While the study confirms that religiosity is a main source of political support for Islamic parties, when religious charity and welfare state are viewed as substitutes, the poorest voters prefer the latter and do not vote for religious parties.

Also, issues of trust and corruption of government in developing societies may contribute to voters preferring Islamic charity-linked parties. Yet given a more efficient state bureaucracy, voters prefer the state to organise income redistribution more than the religious charity.

Nor were the poor less informed about the election. Voters supporting the Islamic party only showed typical support for fighting against corruption and for prosecuting former regime members. And there was no evidence that anti-Western sentiment drove a greater preference for political Islam among the better educated than the poor.

'You hear on the news debates about people voting for political Islam as a completely new phenomenon but we show it can be explained by traditional economics and is not unlike voting for Christian Democrates in Europe'


Voting demystified

The conclusion is that basic economics and the standard tools of public finance help explain the voting pattern in these elections and others in the Muslim world. The research paper demystifies voting for Islamic parties, says Gratton.

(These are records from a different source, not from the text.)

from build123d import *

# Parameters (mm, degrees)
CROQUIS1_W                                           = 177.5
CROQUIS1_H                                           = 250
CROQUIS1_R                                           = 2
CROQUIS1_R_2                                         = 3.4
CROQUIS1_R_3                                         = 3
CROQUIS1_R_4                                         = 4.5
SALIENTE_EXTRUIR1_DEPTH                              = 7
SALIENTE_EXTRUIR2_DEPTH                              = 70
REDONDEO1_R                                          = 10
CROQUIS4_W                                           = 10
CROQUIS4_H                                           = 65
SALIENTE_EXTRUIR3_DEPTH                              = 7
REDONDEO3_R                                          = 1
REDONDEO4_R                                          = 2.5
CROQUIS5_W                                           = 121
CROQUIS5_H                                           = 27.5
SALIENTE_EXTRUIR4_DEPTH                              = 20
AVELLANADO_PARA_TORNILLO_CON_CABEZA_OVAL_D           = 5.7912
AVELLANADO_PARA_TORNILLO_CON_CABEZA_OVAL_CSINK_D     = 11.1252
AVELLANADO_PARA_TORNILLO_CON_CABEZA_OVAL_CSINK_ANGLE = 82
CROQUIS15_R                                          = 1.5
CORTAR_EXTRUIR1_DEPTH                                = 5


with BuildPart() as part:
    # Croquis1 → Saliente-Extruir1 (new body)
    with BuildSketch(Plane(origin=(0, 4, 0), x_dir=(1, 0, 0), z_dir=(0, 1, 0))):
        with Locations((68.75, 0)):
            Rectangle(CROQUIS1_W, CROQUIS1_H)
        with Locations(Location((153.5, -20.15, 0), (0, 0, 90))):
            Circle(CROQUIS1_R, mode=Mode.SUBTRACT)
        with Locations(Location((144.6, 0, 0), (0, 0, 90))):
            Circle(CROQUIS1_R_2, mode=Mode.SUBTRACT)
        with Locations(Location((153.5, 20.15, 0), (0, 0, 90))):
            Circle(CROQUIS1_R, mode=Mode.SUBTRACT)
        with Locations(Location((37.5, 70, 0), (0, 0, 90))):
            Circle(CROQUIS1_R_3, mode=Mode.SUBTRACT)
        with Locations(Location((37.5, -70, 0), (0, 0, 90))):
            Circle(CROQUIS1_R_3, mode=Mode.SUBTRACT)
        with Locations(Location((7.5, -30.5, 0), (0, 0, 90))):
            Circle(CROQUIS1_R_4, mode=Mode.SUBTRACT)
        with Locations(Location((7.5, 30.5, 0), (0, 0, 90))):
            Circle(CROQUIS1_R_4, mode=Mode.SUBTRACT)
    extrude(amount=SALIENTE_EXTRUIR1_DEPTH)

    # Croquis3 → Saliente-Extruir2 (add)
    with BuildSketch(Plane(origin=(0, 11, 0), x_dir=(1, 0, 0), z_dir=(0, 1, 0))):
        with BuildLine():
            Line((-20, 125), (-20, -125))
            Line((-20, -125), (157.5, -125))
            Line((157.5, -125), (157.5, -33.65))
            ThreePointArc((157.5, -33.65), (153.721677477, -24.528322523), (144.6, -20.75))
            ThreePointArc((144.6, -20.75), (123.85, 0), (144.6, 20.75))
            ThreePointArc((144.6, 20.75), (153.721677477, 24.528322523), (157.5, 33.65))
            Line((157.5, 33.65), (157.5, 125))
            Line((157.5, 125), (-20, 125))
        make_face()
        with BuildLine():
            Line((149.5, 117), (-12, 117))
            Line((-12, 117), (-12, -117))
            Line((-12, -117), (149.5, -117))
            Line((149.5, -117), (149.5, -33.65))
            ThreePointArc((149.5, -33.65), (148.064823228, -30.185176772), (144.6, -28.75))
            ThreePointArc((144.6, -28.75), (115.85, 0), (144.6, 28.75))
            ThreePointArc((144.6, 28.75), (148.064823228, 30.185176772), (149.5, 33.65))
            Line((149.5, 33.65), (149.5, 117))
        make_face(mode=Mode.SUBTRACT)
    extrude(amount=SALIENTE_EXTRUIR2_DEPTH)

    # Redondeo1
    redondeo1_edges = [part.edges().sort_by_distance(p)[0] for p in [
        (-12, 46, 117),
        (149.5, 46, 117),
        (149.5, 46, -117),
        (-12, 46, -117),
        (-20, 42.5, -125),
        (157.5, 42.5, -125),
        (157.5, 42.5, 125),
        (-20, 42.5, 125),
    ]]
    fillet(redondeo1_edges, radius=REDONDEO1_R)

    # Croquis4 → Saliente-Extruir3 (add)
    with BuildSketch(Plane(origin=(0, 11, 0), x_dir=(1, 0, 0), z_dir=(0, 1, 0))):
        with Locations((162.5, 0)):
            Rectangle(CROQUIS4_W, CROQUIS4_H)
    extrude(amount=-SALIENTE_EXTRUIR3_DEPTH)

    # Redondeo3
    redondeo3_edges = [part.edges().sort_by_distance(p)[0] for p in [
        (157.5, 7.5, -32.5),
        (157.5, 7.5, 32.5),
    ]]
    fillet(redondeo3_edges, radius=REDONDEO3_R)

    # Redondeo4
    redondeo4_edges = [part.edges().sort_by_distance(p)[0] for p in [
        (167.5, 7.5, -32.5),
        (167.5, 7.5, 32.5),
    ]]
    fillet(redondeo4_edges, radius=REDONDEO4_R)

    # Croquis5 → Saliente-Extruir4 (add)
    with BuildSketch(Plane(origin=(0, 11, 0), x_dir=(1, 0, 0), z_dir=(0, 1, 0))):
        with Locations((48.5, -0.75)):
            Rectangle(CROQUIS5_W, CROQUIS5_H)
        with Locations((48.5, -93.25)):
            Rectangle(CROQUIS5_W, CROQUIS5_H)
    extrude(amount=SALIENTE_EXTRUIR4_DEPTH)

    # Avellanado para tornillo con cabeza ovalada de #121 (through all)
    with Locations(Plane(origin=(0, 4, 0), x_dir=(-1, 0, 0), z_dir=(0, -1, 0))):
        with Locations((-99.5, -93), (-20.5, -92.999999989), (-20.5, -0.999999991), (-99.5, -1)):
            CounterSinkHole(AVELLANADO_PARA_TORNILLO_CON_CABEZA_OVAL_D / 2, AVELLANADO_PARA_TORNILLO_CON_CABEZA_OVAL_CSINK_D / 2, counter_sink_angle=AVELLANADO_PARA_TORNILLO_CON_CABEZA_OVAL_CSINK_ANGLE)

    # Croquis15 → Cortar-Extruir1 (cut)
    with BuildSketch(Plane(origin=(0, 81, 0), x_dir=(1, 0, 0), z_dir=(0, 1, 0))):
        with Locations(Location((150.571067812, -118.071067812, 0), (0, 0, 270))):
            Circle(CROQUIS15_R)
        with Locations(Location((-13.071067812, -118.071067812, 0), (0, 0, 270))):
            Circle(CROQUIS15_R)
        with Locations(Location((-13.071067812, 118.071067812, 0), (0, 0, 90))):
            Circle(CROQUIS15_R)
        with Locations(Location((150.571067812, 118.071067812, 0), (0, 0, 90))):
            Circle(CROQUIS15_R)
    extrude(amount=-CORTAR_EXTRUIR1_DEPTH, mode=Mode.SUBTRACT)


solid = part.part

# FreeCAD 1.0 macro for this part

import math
import FreeCAD as App
import Part
import Sketcher
Q = App.Units.Quantity


def edges_at(feature, points):
    """Names of the edges that pass closest to the given points."""
    edges = feature.Shape.Edges
    near = lambda p: min(range(len(edges)), key=lambda i: edges[i].distToShape(Part.Vertex(*p))[0])
    return sorted({f"Edge{near(p) + 1}" for p in points})


def add_polygon(sketch, points):
    """Adds a closed chain of lines whose ends are joined by coincident constraints."""
    first, n = sketch.GeometryCount, len(points)
    for a, b in zip(points, points[1:] + points[:1]):
        sketch.addGeometry(Part.LineSegment(App.Vector(*a, 0), App.Vector(*b, 0)), False)
    for i in range(n):
        sketch.addConstraint(Sketcher.Constraint("Coincident", first + i, 2, first + (i + 1) % n, 1))

doc = App.newDocument("Part")
params = doc.addObject("Spreadsheet::Sheet", "Params")
for row, (alias, value) in enumerate([
    ("sketch1_diameter", "6 mm"),
    ("sketch1_diameter2", "9 mm"),
    ("sketch1_diameter3", "4 mm"),
    ("sketch1_diameter4", "6.8 mm"),
    ("sketch1_height", "250 mm"),
    ("pad1_length", "7 mm"),
    ("sketch2_radius", "12.9 mm"),
    ("sketch2_radius2", "4.9 mm"),
    ("sketch2_height", "250 mm"),
    ("sketch2_height2", "234 mm"),
    ("sketch2_radius3", "20.75 mm"),
    ("pad2_length", "70 mm"),
    ("fillet_radius", "10 mm"),
    ("sketch3_width", "10 mm"),
    ("sketch3_height", "65 mm"),
    ("pad3_length", "7 mm"),
    ("fillet2_radius", "1 mm"),
    ("fillet3_radius", "2.5 mm"),
    ("sketch4_width", "121 mm"),
    ("sketch4_height", "27.5 mm"),
    ("pad4_length", "20 mm"),
    ("hole_diameter", "5.7912 mm"),
    ("hole_csink_diameter", "11.1252 mm"),
    ("sketch6_diameter", "3 mm"),
    ("pocket1_length", "5 mm"),
], start=1):
    params.set(f"A{row}", alias)
    params.set(f"B{row}", "=" + value)
    params.setAlias(f"B{row}", alias)

body = doc.addObject("PartDesign::Body", "Body")

# Sketch on XZ plane
sketch1 = body.newObject("Sketcher::SketchObject", "Sketch")
sketch1.AttachmentSupport = (doc.getObject("XZ_Plane"), [""])
sketch1.MapMode = "FlatFace"
sketch1.AttachmentOffset = App.Placement(App.Vector(0, 0, -4), App.Rotation())
add_polygon(sketch1, [(-20, -125), (-20, 125), (157.5, 125), (157.5, -125)])  # lines 0-3
sketch1.addGeometry(Part.Circle(App.Vector(37.5, 70, 0), App.Vector(0, 0, 1), 3), False)  # 4
sketch1.addGeometry(Part.Circle(App.Vector(7.5, 30.5, 0), App.Vector(0, 0, 1), 4.5), False)  # 5
sketch1.addGeometry(Part.Circle(App.Vector(153.5, 20.15, 0), App.Vector(0, 0, 1), 2), False)  # 6
sketch1.addGeometry(Part.Circle(App.Vector(7.5, -30.5, 0), App.Vector(0, 0, 1), 4.5), False)  # 7
sketch1.addGeometry(Part.Circle(App.Vector(37.5, -70, 0), App.Vector(0, 0, 1), 3), False)  # 8
sketch1.addGeometry(Part.Circle(App.Vector(144.6, 0, 0), App.Vector(0, 0, 1), 3.4), False)  # 9
sketch1.addGeometry(Part.Circle(App.Vector(153.5, -20.15, 0), App.Vector(0, 0, 1), 2), False)  # 10
sketch1.addConstraint([
    Sketcher.Constraint("Vertical", 0),
    Sketcher.Constraint("Horizontal", 1),
    Sketcher.Constraint("Vertical", 2),
    Sketcher.Constraint("Horizontal", 3),
    Sketcher.Constraint("Equal", 5, 7),
    Sketcher.Constraint("Equal", 4, 8),
    Sketcher.Constraint("Equal", 6, 10),
    Sketcher.Constraint("Symmetric", 5, 3, 7, 3, -1),
    Sketcher.Constraint("Symmetric", 4, 3, 8, 3, -1),
    Sketcher.Constraint("Symmetric", 6, 3, 10, 3, -1),
    Sketcher.Constraint("PointOnObject", 9, 3, -1),
    Sketcher.Constraint("Diameter", 4, Q("6 mm")),
    Sketcher.Constraint("Diameter", 5, Q("9 mm")),
    Sketcher.Constraint("Diameter", 6, Q("4 mm")),
    Sketcher.Constraint("Diameter", 9, Q("6.8 mm")),
    Sketcher.Constraint("DistanceY", 0, 1, 0, 2, Q("250 mm")),
    Sketcher.Constraint("DistanceX", 1, 1, 1, 2, Q("177.5 mm")),
    Sketcher.Constraint("DistanceY", -1, 1, 4, 3, Q("70 mm")),
    Sketcher.Constraint("DistanceX", 0, 2, -1, 1, Q("20 mm")),
    Sketcher.Constraint("DistanceY", -1, 1, 0, 2, Q("125 mm")),
    Sketcher.Constraint("DistanceX", 5, 3, 4, 3, Q("30 mm")),
    Sketcher.Constraint("DistanceX", 4, 3, 6, 3, Q("116 mm")),
    Sketcher.Constraint("DistanceY", 7, 3, 5, 3, Q("61 mm")),
    Sketcher.Constraint("DistanceX", 6, 3, 1, 2, Q("4 mm")),
    Sketcher.Constraint("DistanceX", -1, 1, 9, 3, Q("144.6 mm")),
    Sketcher.Constraint("DistanceY", 10, 3, 6, 3, Q("40.3 mm")),
])
sketch1.setExpression("Constraints[15]", "Params.sketch1_diameter")
sketch1.setExpression("Constraints[16]", "Params.sketch1_diameter2")
sketch1.setExpression("Constraints[17]", "Params.sketch1_diameter3")
sketch1.setExpression("Constraints[18]", "Params.sketch1_diameter4")
sketch1.setExpression("Constraints[19]", "Params.sketch1_height")
pad1 = body.newObject("PartDesign::Pad", "Pad")
pad1.Profile = sketch1
pad1.setExpression("Length", "Params.pad1_length")
pad1.Reversed = True

# Sketch on XZ plane
sketch2 = body.newObject("Sketcher::SketchObject", "Sketch001")
sketch2.AttachmentSupport = (doc.getObject("XZ_Plane"), [""])
sketch2.MapMode = "FlatFace"
sketch2.AttachmentOffset = App.Placement(App.Vector(0, 0, -11), App.Rotation())
sketch2.addGeometry([
    Part.LineSegment(App.Vector(-20, -125, 0), App.Vector(-20, 125, 0)),  # 0
    Part.LineSegment(App.Vector(-20, 125, 0), App.Vector(157.5, 125, 0)),  # 1
    Part.LineSegment(App.Vector(157.5, 125, 0), App.Vector(157.5, 33.65, 0)),  # 2
    Part.ArcOfCircle(Part.Circle(App.Vector(144.6, 33.65, 0), App.Vector(0, 0, 1), 12.9), math.radians(-90), math.radians(0)),  # 3
    Part.ArcOfCircle(Part.Circle(App.Vector(144.6, 0, 0), App.Vector(0, 0, 1), 20.75), math.radians(90), math.radians(270)),  # 4
    Part.ArcOfCircle(Part.Circle(App.Vector(144.6, -33.65, 0), App.Vector(0, 0, 1), 12.9), math.radians(0), math.radians(90)),  # 5
    Part.LineSegment(App.Vector(157.5, -33.65, 0), App.Vector(157.5, -125, 0)),  # 6
    Part.LineSegment(App.Vector(157.5, -125, 0), App.Vector(-20, -125, 0)),  # 7
    Part.LineSegment(App.Vector(-12, -117, 0), App.Vector(149.5, -117, 0)),  # 8
    Part.LineSegment(App.Vector(149.5, -117, 0), App.Vector(149.5, -33.65, 0)),  # 9
    Part.ArcOfCircle(Part.Circle(App.Vector(144.6, -33.65, 0), App.Vector(0, 0, 1), 4.9), math.radians(0), math.radians(90)),  # 10
    Part.ArcOfCircle(Part.Circle(App.Vector(144.6, 0, 0), App.Vector(0, 0, 1), 28.75), math.radians(90), math.radians(270)),  # 11
    Part.ArcOfCircle(Part.Circle(App.Vector(144.6, 33.65, 0), App.Vector(0, 0, 1), 4.9), math.radians(-90), math.radians(0)),  # 12
    Part.LineSegment(App.Vector(149.5, 33.65, 0), App.Vector(149.5, 117, 0)),  # 13
    Part.LineSegment(App.Vector(149.5, 117, 0), App.Vector(-12, 117, 0)),  # 14
    Part.LineSegment(App.Vector(-12, 117, 0), App.Vector(-12, -117, 0)),  # 15
], False)
sketch2.addConstraint([
    Sketcher.Constraint("Coincident", 0, 2, 1, 1),
    Sketcher.Constraint("Coincident", 1, 2, 2, 1),
    Sketcher.Constraint("Tangent", 2, 2, 3, 2),
    Sketcher.Constraint("Tangent", 3, 1, 4, 1),
    Sketcher.Constraint("Tangent", 4, 2, 5, 2),
    Sketcher.Constraint("Tangent", 5, 1, 6, 1),
    Sketcher.Constraint("Coincident", 6, 2, 7, 1),
    Sketcher.Constraint("Coincident", 7, 2, 0, 1),
    Sketcher.Constraint("Coincident", 8, 2, 9, 1),
    Sketcher.Constraint("Tangent", 9, 2, 10, 1),
    Sketcher.Constraint("Tangent", 10, 2, 11, 2),
    Sketcher.Constraint("Tangent", 11, 1, 12, 1),
    Sketcher.Constraint("Tangent", 12, 2, 13, 1),
    Sketcher.Constraint("Coincident", 13, 2, 14, 1),
    Sketcher.Constraint("Coincident", 14, 2, 15, 1),
    Sketcher.Constraint("Coincident", 15, 2, 8, 1),
    Sketcher.Constraint("Vertical", 0),
    Sketcher.Constraint("Horizontal", 1),
    Sketcher.Constraint("Vertical", 2),
    Sketcher.Constraint("Vertical", 6),
    Sketcher.Constraint("Horizontal", 7),
    Sketcher.Constraint("Horizontal", 8),
    Sketcher.Constraint("Vertical", 9),
    Sketcher.Constraint("Vertical", 13),
    Sketcher.Constraint("Horizontal", 14),
    Sketcher.Constraint("Vertical", 15),
    Sketcher.Constraint("Coincident", 10, 3, 5, 3),
    Sketcher.Constraint("Coincident", 11, 3, 4, 3),
    Sketcher.Constraint("Coincident", 12, 3, 3, 3),
    Sketcher.Constraint("Equal", 3, 5),
    Sketcher.Constraint("Symmetric", 3, 3, 5, 3, -1),
    Sketcher.Constraint("Vertical", 3, 3, 4, 3),
    Sketcher.Constraint("Equal", 2, 6),
    Sketcher.Constraint("Equal", 9, 13),
    Sketcher.Constraint("Radius", 3, Q("12.9 mm")),
    Sketcher.Constraint("Radius", 10, Q("4.9 mm")),
    Sketcher.Constraint("DistanceY", 0, 1, 0, 2, Q("250 mm")),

"You hear on the news debates about people voting for political Islam as a completely new phenomenon but we show it can be explained by traditional economics and is not unlike voting for Christian Democrats in Europe. There is nothing specifically different about Islamic parties in this sense," he says.

The researchers' devised a simple model of political competition between a religious and a secular party which compete with the state for the role of welfare provider for the poor.

The model's variables were voters for religious or secular parties in districts with income (measured by assets such as a car, fridge, water heater etc), giving donations to charity and paying tax, and ranging in religiosity (measured by number of daily prayers, if any).

Personally interviewing a cross-section of Tunisian voters supported the model's theoretical predictions about the influence of income on preferences for religious political parties.

After controlling for the level of religiosity, among the poorest voters a small increase in socio-economic status such as the ownership of one or more domestic asset (such as a fridge) increases the probability of voting for the Islamic party Ennahdha by more than 10 percentage points.

This effect reduces to zero around the sample average of asset ownership and becomes negative for the richer voters. Furthermore, living in a district richer than the median district increases the probability of voting for Ennahdha by a further 10 percentage points.

As a comparison, a voter who prays every single day is 20 percentage points more likely to vote for Ennahdha than one who never prays. Therefore, belonging to the middle class and living in a rich district together affect the decision to vote for the religious party more than being religious.

Far from being an isolated case, the study shows that the voting pattern it uncovered in Tunisia is common to several elections in Muslim democracies, namely Egypt, and Turkey in the 1990s. In all these elections, the probability of voting for the religious party increases with income and is greater in richer districts.